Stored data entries
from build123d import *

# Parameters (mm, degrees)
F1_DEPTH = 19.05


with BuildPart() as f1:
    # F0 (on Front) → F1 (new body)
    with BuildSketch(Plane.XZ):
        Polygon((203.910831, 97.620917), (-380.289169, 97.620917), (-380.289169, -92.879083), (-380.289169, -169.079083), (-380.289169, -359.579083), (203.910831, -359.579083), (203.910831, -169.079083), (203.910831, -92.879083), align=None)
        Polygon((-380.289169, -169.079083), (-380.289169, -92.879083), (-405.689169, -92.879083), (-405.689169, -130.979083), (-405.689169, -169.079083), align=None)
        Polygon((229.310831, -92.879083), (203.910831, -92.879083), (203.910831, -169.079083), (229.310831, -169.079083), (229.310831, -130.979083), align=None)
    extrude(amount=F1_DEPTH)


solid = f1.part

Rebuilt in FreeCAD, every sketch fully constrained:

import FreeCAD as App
import Part
import Sketcher

V = App.Vector
Q = App.Units.Quantity


def add_polygon(sketch, points):
    """Adds a closed chain of lines whose ends are joined by coincident constraints."""
    first, n = sketch.GeometryCount, len(points)
    for a, b in zip(points, points[1:] + points[:1]):
        sketch.addGeometry(Part.LineSegment(App.Vector(*a, 0), App.Vector(*b, 0)), False)
    for i in range(n):
        sketch.addConstraint(Sketcher.Constraint("Coincident", first + i, 2, first + (i + 1) % n, 1))

doc = App.newDocument("Part")
body = doc.addObject("PartDesign::Body", "Body")

# Sketch on XZ plane
sketch1 = body.newObject("Sketcher::SketchObject", "Sketch")
sketch1.AttachmentSupport = (doc.getObject("XZ_Plane"), [""])
sketch1.MapMode = "FlatFace"
add_polygon(sketch1, [(204, 98), (-380, 98), (-380, -93), (-406, -93), (-406, -169), (-380, -169), (-380, -360), (204, -360), (204, -169), (229, -169), (229, -93), (204, -93)])  # lines 0-11
sketch1.addConstraint(Sketcher.Constraint("Horizontal", 0))
sketch1.addConstraint(Sketcher.Constraint("Vertical", 1))
sketch1.addConstraint(Sketcher.Constraint("Horizontal", 2))
sketch1.addConstraint(Sketcher.Constraint("Vertical", 3))
sketch1.addConstraint(Sketcher.Constraint("Horizontal", 4))
sketch1.addConstraint(Sketcher.Constraint("Vertical", 5))
sketch1.addConstraint(Sketcher.Constraint("Horizontal", 6))
sketch1.addConstraint(Sketcher.Constraint("Vertical", 7))
sketch1.addConstraint(Sketcher.Constraint("Horizontal", 8))
sketch1.addConstraint(Sketcher.Constraint("Vertical", 9))
sketch1.addConstraint(Sketcher.Constraint("Horizontal", 10))
sketch1.addConstraint(Sketcher.Constraint("Vertical", 11))
sketch1.addConstraint(Sketcher.Constraint("Horizontal", 4, 2, 7, 2))
sketch1.addConstraint(Sketcher.Constraint("Horizontal", 2, 2, 9, 2))
sketch1.addConstraint(Sketcher.Constraint("Vertical", 1, 2, 4, 2))
sketch1.addConstraint(Sketcher.Constraint("Vertical", 7, 2, 10, 2))
sketch1.addConstraint(Sketcher.Constraint("Equal", 4, 8))
sketch1.addConstraint(Sketcher.Constraint("Equal", 1, 5))
sketch1.addConstraint(Sketcher.Constraint("DistanceX", 0, 2, 0, 1, Q("23 in")))
sketch1.addConstraint(Sketcher.Constraint("DistanceX", 2, 2, 2, 1, Q("1 in")))
sketch1.addConstraint(Sketcher.Constraint("DistanceY", 3, 2, 3, 1, Q("3 in")))
sketch1.addConstraint(Sketcher.Constraint("DistanceY", 1, 2, 1, 1, Q("7.5 in")))
sketch1.addConstraint(Sketcher.Constraint("DistanceX", 0, 2, -1, 1, Q("380.289169 mm")))
sketch1.addConstraint(Sketcher.Constraint("DistanceY", -1, 1, 0, 2, Q("97.620917 mm")))
pad1 = body.newObject("PartDesign::Pad", "Pad")
pad1.Profile = sketch1
pad1.Length = Q("0.75 in")

doc.recompute()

What the task asks
Go through the records and set every one down exactly.

Task solution
from build123d import *

# Parameters (mm, degrees)
F1_DEPTH = 19.05


with BuildPart() as f1:
    # F0 (on Front) → F1 (new body)
    with BuildSketch(Plane.XZ):
        Polygon((203.910831, 97.620917), (-380.289169, 97.620917), (-380.289169, -92.879083), (-380.289169, -169.079083), (-380.289169, -359.579083), (203.910831, -359.579083), (203.910831, -169.079083), (203.910831, -92.879083), align=None)
        Polygon((-380.289169, -169.079083), (-380.289169, -92.879083), (-405.689169, -92.879083), (-405.689169, -130.979083), (-405.689169, -169.079083), align=None)
        Polygon((229.310831, -92.879083), (203.910831, -92.879083), (203.910831, -169.079083), (229.310831, -169.079083), (229.310831, -130.979083), align=None)
    extrude(amount=F1_DEPTH)


solid = f1.part

Rebuilt in FreeCAD, every sketch fully constrained:

import FreeCAD as App
import Part
import Sketcher

V = App.Vector
Q = App.Units.Quantity


def add_polygon(sketch, points):
    """Adds a closed chain of lines whose ends are joined by coincident constraints."""
    first, n = sketch.GeometryCount, len(points)
    for a, b in zip(points, points[1:] + points[:1]):
        sketch.addGeometry(Part.LineSegment(App.Vector(*a, 0), App.Vector(*b, 0)), False)
    for i in range(n):
        sketch.addConstraint(Sketcher.Constraint("Coincident", first + i, 2, first + (i + 1) % n, 1))

doc = App.newDocument("Part")
body = doc.addObject("PartDesign::Body", "Body")

# Sketch on XZ plane
sketch1 = body.newObject("Sketcher::SketchObject", "Sketch")
sketch1.AttachmentSupport = (doc.getObject("XZ_Plane"), [""])
sketch1.MapMode = "FlatFace"
add_polygon(sketch1, [(204, 98), (-380, 98), (-380, -93), (-406, -93), (-406, -169), (-380, -169), (-380, -360), (204, -360), (204, -169), (229, -169), (229, -93), (204, -93)])  # lines 0-11
sketch1.addConstraint(Sketcher.Constraint("Horizontal", 0))
sketch1.addConstraint(Sketcher.Constraint("Vertical", 1))
sketch1.addConstraint(Sketcher.Constraint("Horizontal", 2))
sketch1.addConstraint(Sketcher.Constraint("Vertical", 3))
sketch1.addConstraint(Sketcher.Constraint("Horizontal", 4))
sketch1.addConstraint(Sketcher.Constraint("Vertical", 5))
sketch1.addConstraint(Sketcher.Constraint("Horizontal", 6))
sketch1.addConstraint(Sketcher.Constraint("Vertical", 7))
sketch1.addConstraint(Sketcher.Constraint("Horizontal", 8))
sketch1.addConstraint(Sketcher.Constraint("Vertical", 9))
sketch1.addConstraint(Sketcher.Constraint("Horizontal", 10))
sketch1.addConstraint(Sketcher.Constraint("Vertical", 11))
sketch1.addConstraint(Sketcher.Constraint("Horizontal", 4, 2, 7, 2))
sketch1.addConstraint(Sketcher.Constraint("Horizontal", 2, 2, 9, 2))
sketch1.addConstraint(Sketcher.Constraint("Vertical", 1, 2, 4, 2))
sketch1.addConstraint(Sketcher.Constraint("Vertical", 7, 2, 10, 2))
sketch1.addConstraint(Sketcher.Constraint("Equal", 4, 8))
sketch1.addConstraint(Sketcher.Constraint("Equal", 1, 5))
sketch1.addConstraint(Sketcher.Constraint("DistanceX", 0, 2, 0, 1, Q("23 in")))
sketch1.addConstraint(Sketcher.Constraint("DistanceX", 2, 2, 2, 1, Q("1 in")))
sketch1.addConstraint(Sketcher.Constraint("DistanceY", 3, 2, 3, 1, Q("3 in")))
sketch1.addConstraint(Sketcher.Constraint("DistanceY", 1, 2, 1, 1, Q("7.5 in")))
sketch1.addConstraint(Sketcher.Constraint("DistanceX", 0, 2, -1, 1, Q("380.289169 mm")))
sketch1.addConstraint(Sketcher.Constraint("DistanceY", -1, 1, 0, 2, Q("97.620917 mm")))
pad1 = body.newObject("PartDesign::Pad", "Pad")
pad1.Profile = sketch1
pad1.Length = Q("0.75 in")

doc.recompute()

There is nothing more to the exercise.